Pathogen safety is an emerging issue in the platelet collection market. Baxter and Cerus Corporation are jointly developing the Intercept Platelet System to protect against transmission of infectious diseases through platelet transfusion. Haemonetics and Baxter are worldwide market leaders in automated platelet collection.

According to the terms of the agreement, Baxter will grant Haemonetics access to Intersol solution, a proprietary platelet additive solution necessary for use with the Intercept Platelet System. Baxter will also provide technical requirements and regulatory support to Haemonetics to enable seamless integration of Haemonetics' platelet collection technology with the Intercept Platelet System. Haemonetics will pay Baxter $10 million, and will make additional milestone payments over the next several years totaling up to $14.5 million as regulatory approvals are received in various geographies around the world. 1

Baxter and Cerus are collaborating on the development of the Intercept Blood Systems, which utilize Cerus' Helinx technology, to enhance the safety of blood transfusions. These systems are being developed to inactivate viruses, bacteria, other pathogens and white blood cells. A CE Mark application seeking European approval for the Intercept Platelet System has been submitted and the regulatory filing process has begun in the United States.
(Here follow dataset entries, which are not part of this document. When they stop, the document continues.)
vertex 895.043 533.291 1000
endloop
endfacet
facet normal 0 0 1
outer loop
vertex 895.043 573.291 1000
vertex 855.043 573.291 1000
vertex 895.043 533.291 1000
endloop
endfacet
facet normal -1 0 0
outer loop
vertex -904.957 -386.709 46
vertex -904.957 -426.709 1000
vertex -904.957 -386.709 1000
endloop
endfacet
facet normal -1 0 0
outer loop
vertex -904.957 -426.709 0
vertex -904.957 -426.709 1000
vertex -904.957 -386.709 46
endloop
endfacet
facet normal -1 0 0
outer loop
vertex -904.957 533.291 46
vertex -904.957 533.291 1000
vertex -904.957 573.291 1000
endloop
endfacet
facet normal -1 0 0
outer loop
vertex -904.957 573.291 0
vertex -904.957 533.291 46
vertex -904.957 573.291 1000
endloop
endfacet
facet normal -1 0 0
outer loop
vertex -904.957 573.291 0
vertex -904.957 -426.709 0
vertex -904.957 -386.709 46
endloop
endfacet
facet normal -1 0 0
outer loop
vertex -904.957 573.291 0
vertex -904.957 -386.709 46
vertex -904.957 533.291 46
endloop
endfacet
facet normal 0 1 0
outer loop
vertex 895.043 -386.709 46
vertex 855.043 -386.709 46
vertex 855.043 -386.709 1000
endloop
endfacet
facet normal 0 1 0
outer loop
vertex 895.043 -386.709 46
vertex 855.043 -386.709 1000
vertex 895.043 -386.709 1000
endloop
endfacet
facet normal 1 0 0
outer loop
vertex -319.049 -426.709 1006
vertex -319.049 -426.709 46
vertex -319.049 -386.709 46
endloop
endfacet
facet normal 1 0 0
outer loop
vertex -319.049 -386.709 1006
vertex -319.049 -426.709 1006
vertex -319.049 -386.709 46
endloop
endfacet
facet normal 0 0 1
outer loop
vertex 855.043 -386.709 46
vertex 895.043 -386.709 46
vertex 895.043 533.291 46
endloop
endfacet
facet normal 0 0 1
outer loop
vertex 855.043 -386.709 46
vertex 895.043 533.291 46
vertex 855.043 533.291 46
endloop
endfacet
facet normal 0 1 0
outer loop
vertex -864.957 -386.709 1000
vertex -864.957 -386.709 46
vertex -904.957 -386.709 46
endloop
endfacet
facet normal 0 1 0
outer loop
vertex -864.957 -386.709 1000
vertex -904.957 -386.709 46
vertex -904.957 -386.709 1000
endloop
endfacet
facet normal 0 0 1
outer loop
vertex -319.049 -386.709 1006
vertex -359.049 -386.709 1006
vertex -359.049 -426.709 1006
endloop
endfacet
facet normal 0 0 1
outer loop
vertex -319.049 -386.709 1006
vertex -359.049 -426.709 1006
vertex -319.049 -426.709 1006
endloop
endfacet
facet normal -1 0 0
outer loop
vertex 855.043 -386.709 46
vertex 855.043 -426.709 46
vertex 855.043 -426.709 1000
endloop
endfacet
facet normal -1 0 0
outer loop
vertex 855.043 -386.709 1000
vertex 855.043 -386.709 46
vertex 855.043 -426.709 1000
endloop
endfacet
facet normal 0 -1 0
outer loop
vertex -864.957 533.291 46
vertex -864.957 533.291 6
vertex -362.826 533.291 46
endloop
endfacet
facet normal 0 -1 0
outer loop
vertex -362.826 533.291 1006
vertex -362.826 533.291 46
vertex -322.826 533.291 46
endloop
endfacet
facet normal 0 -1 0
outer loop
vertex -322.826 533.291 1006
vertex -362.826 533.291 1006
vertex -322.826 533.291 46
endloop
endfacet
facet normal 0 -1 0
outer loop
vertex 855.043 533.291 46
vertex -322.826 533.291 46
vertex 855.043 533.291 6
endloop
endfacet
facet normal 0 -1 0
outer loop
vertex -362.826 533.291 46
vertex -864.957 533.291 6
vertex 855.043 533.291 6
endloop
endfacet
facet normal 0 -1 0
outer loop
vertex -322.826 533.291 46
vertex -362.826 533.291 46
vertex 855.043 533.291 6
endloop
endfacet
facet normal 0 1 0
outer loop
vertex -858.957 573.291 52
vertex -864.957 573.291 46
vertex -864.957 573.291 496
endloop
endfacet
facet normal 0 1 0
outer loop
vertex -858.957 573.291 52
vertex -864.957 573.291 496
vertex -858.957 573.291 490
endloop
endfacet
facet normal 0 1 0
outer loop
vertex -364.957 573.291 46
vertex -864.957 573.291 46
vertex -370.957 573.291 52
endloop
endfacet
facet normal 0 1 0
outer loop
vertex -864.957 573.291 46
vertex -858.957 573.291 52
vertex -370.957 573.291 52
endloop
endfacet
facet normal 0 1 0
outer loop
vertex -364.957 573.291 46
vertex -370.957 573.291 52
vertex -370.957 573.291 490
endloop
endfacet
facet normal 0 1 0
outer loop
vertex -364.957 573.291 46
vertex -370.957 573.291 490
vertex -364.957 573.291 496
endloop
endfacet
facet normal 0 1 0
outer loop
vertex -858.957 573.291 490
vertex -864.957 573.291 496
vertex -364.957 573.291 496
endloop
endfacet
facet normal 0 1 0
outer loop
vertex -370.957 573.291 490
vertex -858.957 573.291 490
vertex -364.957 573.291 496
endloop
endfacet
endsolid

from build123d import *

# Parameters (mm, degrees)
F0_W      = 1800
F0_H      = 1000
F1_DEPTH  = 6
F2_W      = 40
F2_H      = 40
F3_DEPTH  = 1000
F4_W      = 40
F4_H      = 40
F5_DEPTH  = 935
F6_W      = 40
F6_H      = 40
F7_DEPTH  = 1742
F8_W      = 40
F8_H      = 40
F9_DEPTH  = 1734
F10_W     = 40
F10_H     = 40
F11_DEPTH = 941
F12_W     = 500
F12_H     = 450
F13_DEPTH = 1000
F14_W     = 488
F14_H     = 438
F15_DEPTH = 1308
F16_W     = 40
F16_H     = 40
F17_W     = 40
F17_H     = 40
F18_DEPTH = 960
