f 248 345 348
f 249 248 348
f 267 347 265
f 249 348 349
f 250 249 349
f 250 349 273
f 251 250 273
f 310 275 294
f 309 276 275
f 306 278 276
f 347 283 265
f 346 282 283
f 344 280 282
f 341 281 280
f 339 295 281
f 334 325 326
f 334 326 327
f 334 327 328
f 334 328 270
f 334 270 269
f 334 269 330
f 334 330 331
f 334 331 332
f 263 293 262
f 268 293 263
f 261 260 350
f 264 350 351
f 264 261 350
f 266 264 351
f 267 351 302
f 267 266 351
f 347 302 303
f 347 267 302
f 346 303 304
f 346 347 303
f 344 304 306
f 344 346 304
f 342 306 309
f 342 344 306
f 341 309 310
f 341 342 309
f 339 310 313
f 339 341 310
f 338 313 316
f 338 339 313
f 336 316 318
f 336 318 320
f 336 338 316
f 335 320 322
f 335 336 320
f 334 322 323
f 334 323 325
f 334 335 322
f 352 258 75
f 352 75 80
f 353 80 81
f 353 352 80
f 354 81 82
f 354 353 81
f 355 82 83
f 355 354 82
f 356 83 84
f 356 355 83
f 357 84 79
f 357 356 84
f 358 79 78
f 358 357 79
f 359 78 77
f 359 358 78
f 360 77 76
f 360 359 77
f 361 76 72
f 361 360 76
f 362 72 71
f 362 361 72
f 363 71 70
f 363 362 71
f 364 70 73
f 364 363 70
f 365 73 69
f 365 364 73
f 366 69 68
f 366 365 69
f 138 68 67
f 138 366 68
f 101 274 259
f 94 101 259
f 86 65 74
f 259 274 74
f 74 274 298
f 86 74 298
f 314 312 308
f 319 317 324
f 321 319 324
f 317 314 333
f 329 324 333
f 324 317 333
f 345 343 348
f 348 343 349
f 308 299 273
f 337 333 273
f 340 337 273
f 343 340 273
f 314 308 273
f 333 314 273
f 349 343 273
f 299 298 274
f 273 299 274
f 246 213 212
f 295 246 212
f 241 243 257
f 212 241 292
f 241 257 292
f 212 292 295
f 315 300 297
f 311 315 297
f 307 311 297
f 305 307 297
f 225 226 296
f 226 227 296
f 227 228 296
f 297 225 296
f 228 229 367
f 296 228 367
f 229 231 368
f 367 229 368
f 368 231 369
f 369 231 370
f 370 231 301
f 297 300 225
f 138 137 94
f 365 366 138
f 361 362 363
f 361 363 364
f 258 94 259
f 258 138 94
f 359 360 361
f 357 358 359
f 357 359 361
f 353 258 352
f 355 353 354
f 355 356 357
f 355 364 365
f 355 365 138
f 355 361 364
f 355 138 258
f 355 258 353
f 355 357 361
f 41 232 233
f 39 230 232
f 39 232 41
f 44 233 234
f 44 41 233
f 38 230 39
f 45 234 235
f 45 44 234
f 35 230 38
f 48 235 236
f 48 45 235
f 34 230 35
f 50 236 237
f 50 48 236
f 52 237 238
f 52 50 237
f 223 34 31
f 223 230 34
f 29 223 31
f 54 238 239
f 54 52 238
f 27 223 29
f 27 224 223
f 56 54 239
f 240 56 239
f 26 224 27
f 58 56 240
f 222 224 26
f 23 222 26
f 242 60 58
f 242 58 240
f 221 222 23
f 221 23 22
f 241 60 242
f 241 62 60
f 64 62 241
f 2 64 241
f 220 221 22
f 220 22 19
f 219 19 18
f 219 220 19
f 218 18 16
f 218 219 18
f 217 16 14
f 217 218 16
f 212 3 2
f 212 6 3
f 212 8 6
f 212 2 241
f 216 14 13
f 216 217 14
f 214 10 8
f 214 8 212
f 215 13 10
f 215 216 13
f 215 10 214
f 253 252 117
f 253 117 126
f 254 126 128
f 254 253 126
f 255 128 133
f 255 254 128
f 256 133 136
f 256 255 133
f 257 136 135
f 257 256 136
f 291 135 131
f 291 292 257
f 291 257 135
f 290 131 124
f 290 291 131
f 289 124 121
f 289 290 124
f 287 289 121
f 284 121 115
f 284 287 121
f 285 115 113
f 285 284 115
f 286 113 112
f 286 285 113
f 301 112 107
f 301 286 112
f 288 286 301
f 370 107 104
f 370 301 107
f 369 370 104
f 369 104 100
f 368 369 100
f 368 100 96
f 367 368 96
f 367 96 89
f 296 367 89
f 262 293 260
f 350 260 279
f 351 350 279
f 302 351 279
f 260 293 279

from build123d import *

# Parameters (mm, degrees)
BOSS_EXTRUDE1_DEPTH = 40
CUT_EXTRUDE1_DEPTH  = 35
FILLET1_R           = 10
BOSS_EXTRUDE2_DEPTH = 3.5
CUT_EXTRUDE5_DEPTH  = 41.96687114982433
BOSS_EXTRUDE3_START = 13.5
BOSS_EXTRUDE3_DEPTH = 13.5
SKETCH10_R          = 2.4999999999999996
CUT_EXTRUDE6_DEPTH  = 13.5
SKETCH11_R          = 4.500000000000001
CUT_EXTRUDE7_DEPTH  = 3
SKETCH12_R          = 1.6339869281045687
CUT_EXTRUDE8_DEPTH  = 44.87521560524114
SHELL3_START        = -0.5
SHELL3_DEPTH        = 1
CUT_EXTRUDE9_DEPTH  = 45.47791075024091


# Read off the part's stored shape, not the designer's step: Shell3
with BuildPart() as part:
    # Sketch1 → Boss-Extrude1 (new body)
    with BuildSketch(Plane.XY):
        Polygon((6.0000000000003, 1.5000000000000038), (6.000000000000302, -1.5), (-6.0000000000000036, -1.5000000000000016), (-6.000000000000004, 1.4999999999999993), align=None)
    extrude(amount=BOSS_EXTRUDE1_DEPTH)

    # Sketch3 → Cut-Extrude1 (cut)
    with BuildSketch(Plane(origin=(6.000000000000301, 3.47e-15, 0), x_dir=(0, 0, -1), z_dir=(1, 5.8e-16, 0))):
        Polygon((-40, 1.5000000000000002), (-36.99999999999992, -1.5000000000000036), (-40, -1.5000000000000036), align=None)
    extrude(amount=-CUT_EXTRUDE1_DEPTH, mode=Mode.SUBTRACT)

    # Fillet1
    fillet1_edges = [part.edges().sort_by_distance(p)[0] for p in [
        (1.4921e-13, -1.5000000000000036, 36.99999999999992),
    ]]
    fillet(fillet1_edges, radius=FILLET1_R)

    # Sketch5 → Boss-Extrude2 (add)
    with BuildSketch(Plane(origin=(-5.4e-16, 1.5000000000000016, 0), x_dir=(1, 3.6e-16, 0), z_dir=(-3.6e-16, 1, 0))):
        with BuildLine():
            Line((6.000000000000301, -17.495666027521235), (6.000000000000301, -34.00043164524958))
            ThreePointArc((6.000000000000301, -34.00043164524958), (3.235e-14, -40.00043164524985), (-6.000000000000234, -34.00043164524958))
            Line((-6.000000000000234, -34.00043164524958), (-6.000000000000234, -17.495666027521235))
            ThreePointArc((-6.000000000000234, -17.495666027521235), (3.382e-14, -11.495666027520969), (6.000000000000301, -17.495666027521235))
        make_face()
More than four million platelet transfusions are performed annually in Western Europe, North America and Japan to prevent bleeding in a variety of patients, including those undergoing cancer therapy and surgical procedures. Donated platelets are generally tested for certain pathogens, but testing does not eliminate the risk of viral contamination, and there are no routine tests to screen for bacteria, which are of particular concern as bacteria can quickly multiply in platelet products.

Blood components may be collected through manual collections of whole blood or an automated system. The automated process removes a blood component, such as platelets, and returns the remaining blood components, such as red blood cells and plasma, to the donor. In the case of platelets, this process allows more of one component of the blood to be collected than could be obtained from a whole blood donation.